Participants were randomly divided into two intervention groups. One consumed 20 grams per day of a lower-phenolic oil (414 mg/kg phenols), while the other consumed 8 grams per day of a higher-phenolic oil (1,021 mg/kg). Both groups received approximately 8.3 milligrams of polyphenols daily, allowing researchers to isolate the impact of phenolic concentration rather than total intake.
The olive oils were stored in dark glass bottles at controlled temperatures to preserve phenolic content throughout the four-week trial. Participants consumed the oil each morning on an empty stomach to ensure consistent absorption.

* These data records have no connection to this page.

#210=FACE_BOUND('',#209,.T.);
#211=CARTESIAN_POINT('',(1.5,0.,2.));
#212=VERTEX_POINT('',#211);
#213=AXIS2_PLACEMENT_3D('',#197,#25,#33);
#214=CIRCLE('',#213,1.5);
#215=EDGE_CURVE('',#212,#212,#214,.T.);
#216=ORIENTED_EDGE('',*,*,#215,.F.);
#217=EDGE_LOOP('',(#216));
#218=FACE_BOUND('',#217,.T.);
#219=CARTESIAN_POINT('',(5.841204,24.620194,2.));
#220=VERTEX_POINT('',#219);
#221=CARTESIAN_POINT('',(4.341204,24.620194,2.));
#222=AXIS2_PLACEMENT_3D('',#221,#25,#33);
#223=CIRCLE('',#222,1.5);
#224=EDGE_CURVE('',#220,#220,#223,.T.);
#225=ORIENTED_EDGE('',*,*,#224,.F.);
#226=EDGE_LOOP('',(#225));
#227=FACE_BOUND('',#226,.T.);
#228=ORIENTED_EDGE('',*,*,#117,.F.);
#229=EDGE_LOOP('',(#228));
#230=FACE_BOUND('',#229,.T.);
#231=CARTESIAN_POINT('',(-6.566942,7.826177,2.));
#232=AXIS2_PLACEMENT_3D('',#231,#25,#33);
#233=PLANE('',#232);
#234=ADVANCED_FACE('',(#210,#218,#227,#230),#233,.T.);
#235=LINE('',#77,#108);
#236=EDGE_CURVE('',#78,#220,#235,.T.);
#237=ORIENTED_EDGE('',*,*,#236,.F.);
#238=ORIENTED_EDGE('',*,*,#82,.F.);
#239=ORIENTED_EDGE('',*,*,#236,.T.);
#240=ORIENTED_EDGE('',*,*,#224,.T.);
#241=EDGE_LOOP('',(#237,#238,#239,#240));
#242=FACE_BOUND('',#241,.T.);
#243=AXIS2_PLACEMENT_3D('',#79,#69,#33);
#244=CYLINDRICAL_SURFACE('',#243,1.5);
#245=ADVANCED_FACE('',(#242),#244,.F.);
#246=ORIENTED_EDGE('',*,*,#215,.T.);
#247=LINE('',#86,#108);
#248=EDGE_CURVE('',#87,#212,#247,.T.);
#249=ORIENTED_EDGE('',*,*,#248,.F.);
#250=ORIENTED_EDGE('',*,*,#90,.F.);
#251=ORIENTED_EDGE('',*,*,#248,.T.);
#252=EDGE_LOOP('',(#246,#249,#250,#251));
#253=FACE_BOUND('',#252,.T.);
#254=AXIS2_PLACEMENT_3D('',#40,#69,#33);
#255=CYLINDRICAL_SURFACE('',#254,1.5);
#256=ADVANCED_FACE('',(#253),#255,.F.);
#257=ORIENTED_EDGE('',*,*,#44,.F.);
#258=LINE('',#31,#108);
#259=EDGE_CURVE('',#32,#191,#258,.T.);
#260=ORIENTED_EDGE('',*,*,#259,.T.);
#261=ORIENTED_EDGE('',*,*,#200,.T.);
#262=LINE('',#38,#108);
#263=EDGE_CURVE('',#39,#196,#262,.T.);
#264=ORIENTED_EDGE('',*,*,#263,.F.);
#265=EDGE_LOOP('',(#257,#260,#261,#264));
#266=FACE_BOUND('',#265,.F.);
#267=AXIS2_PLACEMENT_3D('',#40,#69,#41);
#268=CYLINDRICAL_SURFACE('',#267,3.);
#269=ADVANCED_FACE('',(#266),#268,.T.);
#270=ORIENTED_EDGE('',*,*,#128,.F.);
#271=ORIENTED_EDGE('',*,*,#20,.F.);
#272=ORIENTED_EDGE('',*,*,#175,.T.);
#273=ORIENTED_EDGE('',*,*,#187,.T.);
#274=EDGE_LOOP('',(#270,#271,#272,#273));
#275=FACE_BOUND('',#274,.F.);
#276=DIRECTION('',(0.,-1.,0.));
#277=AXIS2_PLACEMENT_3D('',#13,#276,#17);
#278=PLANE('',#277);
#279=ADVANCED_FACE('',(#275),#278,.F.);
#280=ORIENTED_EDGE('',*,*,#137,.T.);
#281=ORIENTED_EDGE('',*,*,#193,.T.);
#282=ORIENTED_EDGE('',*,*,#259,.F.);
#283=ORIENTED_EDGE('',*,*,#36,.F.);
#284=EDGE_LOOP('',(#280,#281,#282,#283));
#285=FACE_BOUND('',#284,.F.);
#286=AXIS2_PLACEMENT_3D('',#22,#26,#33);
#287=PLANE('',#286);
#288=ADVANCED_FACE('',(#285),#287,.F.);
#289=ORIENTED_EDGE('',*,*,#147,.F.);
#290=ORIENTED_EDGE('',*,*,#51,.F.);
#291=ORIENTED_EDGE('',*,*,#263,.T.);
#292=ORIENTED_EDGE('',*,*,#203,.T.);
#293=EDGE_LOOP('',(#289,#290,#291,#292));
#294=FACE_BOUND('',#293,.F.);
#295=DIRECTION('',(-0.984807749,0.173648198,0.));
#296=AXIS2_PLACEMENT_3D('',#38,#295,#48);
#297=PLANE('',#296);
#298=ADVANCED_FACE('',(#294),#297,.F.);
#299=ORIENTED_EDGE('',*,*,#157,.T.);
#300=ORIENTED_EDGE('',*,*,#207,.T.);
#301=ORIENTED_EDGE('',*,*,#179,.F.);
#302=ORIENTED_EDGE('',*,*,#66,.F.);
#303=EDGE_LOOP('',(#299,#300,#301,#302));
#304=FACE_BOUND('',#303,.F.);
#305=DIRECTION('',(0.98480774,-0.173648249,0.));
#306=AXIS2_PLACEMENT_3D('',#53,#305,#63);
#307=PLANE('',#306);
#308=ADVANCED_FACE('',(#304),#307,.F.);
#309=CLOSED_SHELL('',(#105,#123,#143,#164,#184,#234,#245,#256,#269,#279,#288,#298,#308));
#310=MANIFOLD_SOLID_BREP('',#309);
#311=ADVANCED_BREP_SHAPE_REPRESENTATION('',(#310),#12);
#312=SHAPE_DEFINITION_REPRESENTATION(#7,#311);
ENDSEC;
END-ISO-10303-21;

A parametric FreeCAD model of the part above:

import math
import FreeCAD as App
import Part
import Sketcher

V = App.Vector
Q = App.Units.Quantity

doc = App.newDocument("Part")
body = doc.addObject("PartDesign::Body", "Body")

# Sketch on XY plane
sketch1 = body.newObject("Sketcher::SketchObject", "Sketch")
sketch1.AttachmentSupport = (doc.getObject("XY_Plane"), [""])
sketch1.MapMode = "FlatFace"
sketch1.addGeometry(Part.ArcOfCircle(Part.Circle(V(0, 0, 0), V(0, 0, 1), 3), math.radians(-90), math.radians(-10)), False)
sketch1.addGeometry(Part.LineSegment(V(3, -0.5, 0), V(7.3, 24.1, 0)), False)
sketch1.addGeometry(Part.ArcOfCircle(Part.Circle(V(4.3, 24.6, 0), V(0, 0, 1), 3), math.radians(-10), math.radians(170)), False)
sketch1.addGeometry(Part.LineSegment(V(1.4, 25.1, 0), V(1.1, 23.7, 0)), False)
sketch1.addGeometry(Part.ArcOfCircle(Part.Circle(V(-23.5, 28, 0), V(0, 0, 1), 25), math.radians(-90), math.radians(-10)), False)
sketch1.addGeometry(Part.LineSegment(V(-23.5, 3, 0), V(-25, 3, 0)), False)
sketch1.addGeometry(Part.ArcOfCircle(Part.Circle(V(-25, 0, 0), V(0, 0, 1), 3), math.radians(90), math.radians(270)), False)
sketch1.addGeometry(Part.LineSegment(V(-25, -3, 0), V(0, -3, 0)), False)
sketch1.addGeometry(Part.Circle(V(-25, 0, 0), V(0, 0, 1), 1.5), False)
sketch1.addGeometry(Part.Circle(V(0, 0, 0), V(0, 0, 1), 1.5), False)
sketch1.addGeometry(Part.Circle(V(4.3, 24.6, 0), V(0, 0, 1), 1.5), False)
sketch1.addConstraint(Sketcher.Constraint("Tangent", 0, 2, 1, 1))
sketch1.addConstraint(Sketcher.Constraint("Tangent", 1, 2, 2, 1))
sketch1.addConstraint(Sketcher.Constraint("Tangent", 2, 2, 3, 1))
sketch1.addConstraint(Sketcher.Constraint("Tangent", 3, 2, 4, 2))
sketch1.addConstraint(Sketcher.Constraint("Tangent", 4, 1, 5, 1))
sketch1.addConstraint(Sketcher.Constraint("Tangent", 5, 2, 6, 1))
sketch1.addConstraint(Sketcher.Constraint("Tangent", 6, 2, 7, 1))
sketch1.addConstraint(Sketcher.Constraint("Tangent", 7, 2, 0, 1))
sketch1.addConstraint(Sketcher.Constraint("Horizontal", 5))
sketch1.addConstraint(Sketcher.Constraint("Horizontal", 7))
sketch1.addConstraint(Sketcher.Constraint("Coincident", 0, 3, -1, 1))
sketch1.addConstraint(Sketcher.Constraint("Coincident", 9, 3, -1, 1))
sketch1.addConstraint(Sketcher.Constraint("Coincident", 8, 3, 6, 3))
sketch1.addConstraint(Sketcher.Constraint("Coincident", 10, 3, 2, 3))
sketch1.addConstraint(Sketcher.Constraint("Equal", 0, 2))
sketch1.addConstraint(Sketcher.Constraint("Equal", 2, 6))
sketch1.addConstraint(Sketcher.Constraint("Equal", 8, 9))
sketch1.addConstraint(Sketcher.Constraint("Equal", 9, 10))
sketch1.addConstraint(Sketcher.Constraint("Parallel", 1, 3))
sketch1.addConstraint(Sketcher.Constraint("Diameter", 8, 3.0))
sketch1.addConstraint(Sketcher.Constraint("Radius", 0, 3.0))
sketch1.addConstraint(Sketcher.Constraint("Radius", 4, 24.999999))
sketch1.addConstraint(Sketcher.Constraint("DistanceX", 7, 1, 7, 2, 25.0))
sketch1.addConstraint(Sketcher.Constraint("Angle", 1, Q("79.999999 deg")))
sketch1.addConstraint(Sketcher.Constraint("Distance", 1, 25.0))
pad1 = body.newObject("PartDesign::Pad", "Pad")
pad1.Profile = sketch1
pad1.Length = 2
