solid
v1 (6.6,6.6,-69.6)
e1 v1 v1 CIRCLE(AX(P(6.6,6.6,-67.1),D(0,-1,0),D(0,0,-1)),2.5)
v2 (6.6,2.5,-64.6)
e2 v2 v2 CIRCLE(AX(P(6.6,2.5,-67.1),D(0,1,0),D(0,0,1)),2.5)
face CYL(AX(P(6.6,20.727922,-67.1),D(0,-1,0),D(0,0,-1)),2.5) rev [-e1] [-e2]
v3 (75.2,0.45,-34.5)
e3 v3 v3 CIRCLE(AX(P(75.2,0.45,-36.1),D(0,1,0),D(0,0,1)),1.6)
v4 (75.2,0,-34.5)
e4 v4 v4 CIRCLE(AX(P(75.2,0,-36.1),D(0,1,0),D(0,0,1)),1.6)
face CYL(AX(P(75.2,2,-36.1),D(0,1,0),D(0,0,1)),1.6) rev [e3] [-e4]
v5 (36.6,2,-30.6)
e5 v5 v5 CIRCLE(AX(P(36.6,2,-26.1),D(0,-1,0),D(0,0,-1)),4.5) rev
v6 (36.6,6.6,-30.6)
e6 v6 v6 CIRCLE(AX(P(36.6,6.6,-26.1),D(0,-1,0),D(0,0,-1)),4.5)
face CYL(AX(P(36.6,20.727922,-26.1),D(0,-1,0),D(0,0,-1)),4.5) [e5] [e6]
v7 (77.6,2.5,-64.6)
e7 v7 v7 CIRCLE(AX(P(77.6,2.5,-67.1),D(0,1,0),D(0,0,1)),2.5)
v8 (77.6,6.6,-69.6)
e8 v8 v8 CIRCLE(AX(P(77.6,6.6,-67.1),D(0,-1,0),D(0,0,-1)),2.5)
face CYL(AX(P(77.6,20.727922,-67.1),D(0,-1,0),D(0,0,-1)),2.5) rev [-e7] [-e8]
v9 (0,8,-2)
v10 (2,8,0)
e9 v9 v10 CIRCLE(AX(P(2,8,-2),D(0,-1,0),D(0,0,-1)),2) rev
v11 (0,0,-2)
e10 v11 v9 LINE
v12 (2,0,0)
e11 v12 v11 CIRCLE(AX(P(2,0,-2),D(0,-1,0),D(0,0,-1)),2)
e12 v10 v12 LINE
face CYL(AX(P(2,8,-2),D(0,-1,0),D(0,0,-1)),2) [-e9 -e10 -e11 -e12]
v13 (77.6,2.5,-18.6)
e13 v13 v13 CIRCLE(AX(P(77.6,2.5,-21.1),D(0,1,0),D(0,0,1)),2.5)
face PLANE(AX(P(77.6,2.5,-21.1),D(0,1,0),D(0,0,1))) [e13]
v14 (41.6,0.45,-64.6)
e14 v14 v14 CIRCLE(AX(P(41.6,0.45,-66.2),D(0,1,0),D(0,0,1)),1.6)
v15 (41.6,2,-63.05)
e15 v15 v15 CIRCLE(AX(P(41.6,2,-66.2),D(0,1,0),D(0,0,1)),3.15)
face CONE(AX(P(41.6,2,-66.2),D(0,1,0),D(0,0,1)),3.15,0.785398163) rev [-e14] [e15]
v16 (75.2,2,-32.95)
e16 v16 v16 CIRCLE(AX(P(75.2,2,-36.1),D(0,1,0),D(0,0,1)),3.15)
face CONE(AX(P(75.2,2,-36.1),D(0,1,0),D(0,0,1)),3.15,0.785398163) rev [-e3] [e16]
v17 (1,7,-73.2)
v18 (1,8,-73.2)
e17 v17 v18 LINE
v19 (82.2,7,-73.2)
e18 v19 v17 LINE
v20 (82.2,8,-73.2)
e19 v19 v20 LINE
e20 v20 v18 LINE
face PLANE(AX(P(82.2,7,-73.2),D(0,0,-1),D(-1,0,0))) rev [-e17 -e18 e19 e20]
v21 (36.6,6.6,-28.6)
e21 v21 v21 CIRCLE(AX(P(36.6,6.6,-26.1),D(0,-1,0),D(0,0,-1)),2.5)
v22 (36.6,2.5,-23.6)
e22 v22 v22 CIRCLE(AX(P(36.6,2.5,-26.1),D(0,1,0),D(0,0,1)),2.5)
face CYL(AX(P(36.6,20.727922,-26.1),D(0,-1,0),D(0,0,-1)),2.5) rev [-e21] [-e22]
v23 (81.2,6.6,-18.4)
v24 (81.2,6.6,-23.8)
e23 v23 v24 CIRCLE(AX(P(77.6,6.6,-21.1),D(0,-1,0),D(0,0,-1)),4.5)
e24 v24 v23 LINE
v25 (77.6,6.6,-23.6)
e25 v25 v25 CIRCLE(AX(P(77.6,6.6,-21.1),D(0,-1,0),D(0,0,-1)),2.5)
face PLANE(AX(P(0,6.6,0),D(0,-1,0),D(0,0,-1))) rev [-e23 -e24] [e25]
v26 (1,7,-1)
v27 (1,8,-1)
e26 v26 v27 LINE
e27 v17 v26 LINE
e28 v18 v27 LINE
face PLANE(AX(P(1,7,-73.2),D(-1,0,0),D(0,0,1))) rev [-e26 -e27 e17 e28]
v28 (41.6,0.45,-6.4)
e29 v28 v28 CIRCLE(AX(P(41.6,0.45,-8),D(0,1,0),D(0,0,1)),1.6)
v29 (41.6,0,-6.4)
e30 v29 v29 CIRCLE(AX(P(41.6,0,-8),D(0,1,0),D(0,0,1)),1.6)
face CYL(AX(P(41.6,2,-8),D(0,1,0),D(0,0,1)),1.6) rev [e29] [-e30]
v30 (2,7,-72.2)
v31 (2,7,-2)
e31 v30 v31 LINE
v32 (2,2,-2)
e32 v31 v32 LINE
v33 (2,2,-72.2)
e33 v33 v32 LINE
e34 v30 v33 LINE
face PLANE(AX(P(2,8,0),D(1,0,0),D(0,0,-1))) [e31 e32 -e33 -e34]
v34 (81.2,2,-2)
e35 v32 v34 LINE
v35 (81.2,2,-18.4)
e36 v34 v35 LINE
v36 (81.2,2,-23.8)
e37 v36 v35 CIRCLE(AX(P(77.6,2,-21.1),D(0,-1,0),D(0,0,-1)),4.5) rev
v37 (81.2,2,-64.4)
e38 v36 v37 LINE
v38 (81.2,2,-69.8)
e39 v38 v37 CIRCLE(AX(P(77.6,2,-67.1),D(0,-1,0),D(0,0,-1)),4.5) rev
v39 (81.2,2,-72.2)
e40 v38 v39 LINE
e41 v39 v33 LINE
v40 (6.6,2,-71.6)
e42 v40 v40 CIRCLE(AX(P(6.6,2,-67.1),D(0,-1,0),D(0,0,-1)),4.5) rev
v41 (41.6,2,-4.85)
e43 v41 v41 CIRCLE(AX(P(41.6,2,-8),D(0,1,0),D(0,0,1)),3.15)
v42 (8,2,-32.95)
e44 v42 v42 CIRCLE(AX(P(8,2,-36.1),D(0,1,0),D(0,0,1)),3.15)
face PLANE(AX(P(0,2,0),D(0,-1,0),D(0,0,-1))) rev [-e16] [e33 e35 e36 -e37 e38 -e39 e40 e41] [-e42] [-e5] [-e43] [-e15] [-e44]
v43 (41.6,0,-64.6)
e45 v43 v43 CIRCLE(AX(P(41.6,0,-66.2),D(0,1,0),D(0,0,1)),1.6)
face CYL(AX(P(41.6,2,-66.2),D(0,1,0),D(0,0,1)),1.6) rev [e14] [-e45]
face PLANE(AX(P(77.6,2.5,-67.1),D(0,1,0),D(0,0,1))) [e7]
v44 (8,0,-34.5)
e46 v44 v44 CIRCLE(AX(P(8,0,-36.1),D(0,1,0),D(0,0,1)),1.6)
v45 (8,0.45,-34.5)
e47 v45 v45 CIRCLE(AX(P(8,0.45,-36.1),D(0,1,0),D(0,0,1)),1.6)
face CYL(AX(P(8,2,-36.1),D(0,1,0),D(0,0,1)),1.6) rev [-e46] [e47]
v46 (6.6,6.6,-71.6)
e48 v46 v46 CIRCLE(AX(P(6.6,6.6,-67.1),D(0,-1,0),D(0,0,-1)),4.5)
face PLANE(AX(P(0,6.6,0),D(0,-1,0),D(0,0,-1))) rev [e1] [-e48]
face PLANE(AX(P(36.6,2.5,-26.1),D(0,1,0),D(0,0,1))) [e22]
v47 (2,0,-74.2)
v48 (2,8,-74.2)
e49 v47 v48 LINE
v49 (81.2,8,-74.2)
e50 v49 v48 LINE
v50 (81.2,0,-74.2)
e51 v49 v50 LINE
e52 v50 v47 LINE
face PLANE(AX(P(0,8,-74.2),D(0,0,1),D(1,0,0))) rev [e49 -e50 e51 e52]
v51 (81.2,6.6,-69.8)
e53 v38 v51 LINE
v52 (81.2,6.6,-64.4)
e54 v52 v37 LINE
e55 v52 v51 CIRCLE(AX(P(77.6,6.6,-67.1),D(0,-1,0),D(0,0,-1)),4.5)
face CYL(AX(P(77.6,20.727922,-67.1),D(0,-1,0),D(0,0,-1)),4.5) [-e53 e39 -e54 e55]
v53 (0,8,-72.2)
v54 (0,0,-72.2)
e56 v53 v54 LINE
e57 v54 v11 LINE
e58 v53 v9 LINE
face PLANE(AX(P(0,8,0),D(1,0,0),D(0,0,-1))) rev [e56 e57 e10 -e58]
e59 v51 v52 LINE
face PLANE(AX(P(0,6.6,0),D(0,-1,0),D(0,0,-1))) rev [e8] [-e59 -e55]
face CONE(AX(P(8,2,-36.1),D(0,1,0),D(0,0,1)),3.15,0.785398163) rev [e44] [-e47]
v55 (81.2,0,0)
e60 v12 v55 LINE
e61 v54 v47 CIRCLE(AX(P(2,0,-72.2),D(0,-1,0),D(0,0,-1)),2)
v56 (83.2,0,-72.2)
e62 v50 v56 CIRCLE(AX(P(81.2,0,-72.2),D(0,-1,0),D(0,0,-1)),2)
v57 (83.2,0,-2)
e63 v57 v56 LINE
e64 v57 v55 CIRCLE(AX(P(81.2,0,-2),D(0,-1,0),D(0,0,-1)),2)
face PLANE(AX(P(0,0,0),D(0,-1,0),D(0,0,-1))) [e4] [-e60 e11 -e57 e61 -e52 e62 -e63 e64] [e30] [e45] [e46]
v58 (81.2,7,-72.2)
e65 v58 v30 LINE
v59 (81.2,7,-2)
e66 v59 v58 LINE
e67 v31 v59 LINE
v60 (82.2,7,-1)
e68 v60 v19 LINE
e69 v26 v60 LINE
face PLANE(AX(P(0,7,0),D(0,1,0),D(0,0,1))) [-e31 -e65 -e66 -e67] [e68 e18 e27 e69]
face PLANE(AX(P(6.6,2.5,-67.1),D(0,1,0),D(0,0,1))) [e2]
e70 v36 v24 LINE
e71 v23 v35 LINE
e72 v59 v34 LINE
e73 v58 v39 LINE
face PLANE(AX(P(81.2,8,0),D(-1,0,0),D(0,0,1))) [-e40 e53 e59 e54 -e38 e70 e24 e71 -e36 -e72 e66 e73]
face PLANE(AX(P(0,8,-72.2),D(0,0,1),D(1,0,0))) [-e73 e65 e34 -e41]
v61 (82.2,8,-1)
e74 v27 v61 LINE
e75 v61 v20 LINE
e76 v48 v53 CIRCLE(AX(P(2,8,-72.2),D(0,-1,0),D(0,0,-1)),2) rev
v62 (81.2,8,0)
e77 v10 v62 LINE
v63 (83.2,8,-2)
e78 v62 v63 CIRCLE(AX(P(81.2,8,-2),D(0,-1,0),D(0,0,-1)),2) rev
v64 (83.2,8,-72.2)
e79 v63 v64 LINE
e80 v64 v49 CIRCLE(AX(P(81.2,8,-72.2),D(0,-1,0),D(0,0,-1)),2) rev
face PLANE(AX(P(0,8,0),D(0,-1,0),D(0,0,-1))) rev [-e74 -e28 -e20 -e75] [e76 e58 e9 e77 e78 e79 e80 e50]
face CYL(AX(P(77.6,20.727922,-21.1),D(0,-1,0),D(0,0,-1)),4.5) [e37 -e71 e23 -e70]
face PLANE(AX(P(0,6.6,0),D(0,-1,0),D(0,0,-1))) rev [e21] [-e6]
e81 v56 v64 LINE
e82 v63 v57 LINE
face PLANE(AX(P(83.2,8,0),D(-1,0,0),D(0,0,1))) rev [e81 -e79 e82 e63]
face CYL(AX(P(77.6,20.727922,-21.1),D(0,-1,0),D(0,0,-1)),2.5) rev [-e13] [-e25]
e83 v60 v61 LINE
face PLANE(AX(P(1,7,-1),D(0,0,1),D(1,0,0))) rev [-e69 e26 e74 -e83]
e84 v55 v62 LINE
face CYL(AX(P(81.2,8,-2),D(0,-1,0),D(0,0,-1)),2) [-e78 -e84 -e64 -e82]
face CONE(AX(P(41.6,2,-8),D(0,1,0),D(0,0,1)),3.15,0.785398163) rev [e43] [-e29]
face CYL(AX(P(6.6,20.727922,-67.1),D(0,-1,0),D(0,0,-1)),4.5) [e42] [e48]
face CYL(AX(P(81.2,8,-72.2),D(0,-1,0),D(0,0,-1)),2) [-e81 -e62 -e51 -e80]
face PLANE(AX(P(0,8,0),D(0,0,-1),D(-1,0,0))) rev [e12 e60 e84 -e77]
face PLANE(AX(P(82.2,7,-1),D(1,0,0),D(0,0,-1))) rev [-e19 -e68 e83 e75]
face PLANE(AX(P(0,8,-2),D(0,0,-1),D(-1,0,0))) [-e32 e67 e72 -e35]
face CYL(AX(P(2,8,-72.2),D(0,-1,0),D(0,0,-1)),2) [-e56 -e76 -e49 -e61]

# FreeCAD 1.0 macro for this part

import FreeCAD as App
import Part
import Sketcher

V = App.Vector
Q = App.Units.Quantity


def edges_at(feature, points):
    """Names of the edges that pass closest to the given points."""
    edges = feature.Shape.Edges
    near = lambda p: min(range(len(edges)), key=lambda i: edges[i].distToShape(Part.Vertex(*p))[0])
    return sorted({f"Edge{near(p) + 1}" for p in points})


def faces_at(feature, points):
    """Names of the faces that lie closest to the given points."""
    faces = feature.Shape.Faces
    near = lambda p: min(range(len(faces)), key=lambda i: faces[i].distToShape(Part.Vertex(*p))[0])
    return sorted({f"Face{near(p) + 1}" for p in points})


def add_polygon(sketch, points):
    """Adds a closed chain of lines whose ends are joined by coincident constraints."""
    first, n = sketch.GeometryCount, len(points)
    for a, b in zip(points, points[1:] + points[:1]):
        sketch.addGeometry(Part.LineSegment(App.Vector(*a, 0), App.Vector(*b, 0)), False)
    for i in range(n):
        sketch.addConstraint(Sketcher.Constraint("Coincident", first + i, 2, first + (i + 1) % n, 1))

doc = App.newDocument("Part")
body = doc.addObject("PartDesign::Body", "Body")

sketch1 = doc.addObject("Sketcher::SketchObject", "Sketch")
body.addObject(sketch1)
sketch1.AttachmentSupport = (doc.XZ_Plane, [""])
sketch1.MapMode = "FlatFace"
add_polygon(sketch1, [(0, -74), (0, 0), (83, 0), (83, -74)])
sketch1.addConstraint([
    Sketcher.Constraint("Vertical", 0),
    Sketcher.Constraint("Horizontal", 1),
    Sketcher.Constraint("Vertical", 2),
    Sketcher.Constraint("Horizontal", 3),
    Sketcher.Constraint("Coincident", 0, 2, -1, 1),
    Sketcher.Constraint("DistanceX", 1, 1, 1, 2, 83.2),
    Sketcher.Constraint("DistanceY", 0, 1, 0, 2, 74.2),
])
pad1 = doc.addObject("PartDesign::Pad", "Pad")
body.addObject(pad1)
pad1.Profile = sketch1
pad1.Length = 8
pad1.Reversed = True
doc.recompute()

thickness = doc.addObject("PartDesign::Thickness", "Thickness")
body.addObject(thickness)
thickness.Base = (pad1, faces_at(pad1, [(41.6, 8, -37.1)]))
thickness.Value = 2
thickness.Reversed = True
thickness.Join = "Intersection"

sketch2 = doc.addObject("Sketcher::SketchObject", "Sketch001")
body.addObject(sketch2)
sketch2.AttachmentSupport = (doc.XZ_Plane, [""])
sketch2.MapMode = "FlatFace"
sketch2.AttachmentOffset = App.Placement(V(0, 0, -2), App.Rotation())
sketch2.addGeometry([
    Part.Circle(V(6.6, -67.1, 0), V(0, 0, 1), 4.5),
    Part.Circle(V(6.6, -67.1, 0), V(0, 0, 1), 2.5),
    Part.Circle(V(36.6, -26.1, 0), V(0, 0, 1), 4.5),
    Part.Circle(V(36.6, -26.1, 0), V(0, 0, 1), 2.5),
    Part.Circle(V(77.6, -67.1, 0), V(0, 0, 1), 4.5),
    Part.Circle(V(77.6, -67.1, 0), V(0, 0, 1), 2.5),
    Part.Circle(V(77.6, -21.1, 0), V(0, 0, 1), 4.5),
    Part.Circle(V(77.6, -21.1, 0), V(0, 0, 1), 2.5),
], False)
sketch2.addConstraint([
    Sketcher.Constraint("Coincident", 1, 3, 0, 3),
    Sketcher.Constraint("Coincident", 3, 3, 2, 3),
    Sketcher.Constraint("Coincident", 5, 3, 4, 3),
    Sketcher.Constraint("Coincident", 7, 3, 6, 3),
    Sketcher.Constraint("Equal", 0, 2),
    Sketcher.Constraint("Equal", 1, 3),
    Sketcher.Constraint("Equal", 2, 4),
    Sketcher.Constraint("Equal", 3, 5),
    Sketcher.Constraint("Equal", 4, 6),
    Sketcher.Constraint("Equal", 5, 7),
    Sketcher.Constraint("Horizontal", 1, 3, 4, 3),
    Sketcher.Constraint("Vertical", 5, 3, 6, 3),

Participants maintained their usual diets and medications to minimize confounding factors and avoided other sources of polyphenols, such as supplements, teas, and foods rich in antioxidants.
Researchers measured changes in total cholesterol, triglycerides, and lipoprotein(a) — or Lp(a) — a fat-carrying particle linked to plaque buildup in arteries. They also tracked levels of ApoA1 and ApoB, proteins associated with HDL and LDL (“bad cholesterol”) activity.
Results showed that the consumption of extra virgin olive oil improved lipid profiles in hyperlipidemic patients compared to healthy controls. The group consuming high-phenolic olive oil experienced a significantly greater reduction in total cholesterol, averaging approximately 17 mg/dL lower, with a statistically significant time-by-group interaction (p = 0.045).
Levels of HDL cholesterol rose, while Lp(a) decreased, indicating improved cardiovascular protection. These benefits were more pronounced among participants with high cholesterol. Other measures, including ApoA1 and ApoB, showed a positive trend but did not reach statistical significance.
The study reported 100% adherence and no adverse effects, suggesting that extra virgin olive oil may be a practical and safe addition to the diet for cardiovascular support. The authors concluded that phenolic concentration — not simply the amount of oil consumed — appears central to olive oil’s heart-healthy properties.
“Based on current evidence, the data consistently support a moderate but meaningful association between daily extra virgin olive oil consumption and improved cardiovascular outcomes,” Moschonis said.
“Extra virgin olive oil can be considered a food that supports cardiovascular prevention, particularly when integrated into a healthy dietary pattern such as the Mediterranean diet,” he added. Even half a tablespoon per day, about eight grams, has been linked to a 14-percent lower risk of cardiovascular disease and an 18-percent lower risk of coronary heart disease.
According to Moschonis, extra virgin olive oil, exceptionally high in polyphenols, should be the default culinary fat, particularly as a replacement for saturated fats. “The broader goal should remain a balanced diet rich in unsaturated fats and plant foods,” he said.
Researchers emphasized that while much has been discovered about the benefits of extra virgin olive oil, many of its hundreds of polyphenolic compounds remain to be studied. These natural antioxidants and anti-inflammatory agents not only support health but also contribute to the distinctive taste and aroma of high-quality olive oils.
“Future research should identify and investigate the specific phenolic compounds that have the greatest health benefits,” Moschonis said. He also emphasized the importance of education in promoting olive oil culture, noting that in many regions outside the Mediterranean, it remains unfamiliar.
“We should explore ways to make extra virgin olive oil more accepted in non-Mediterranean diets, possibly through education and sensory adaptation,” he concluded.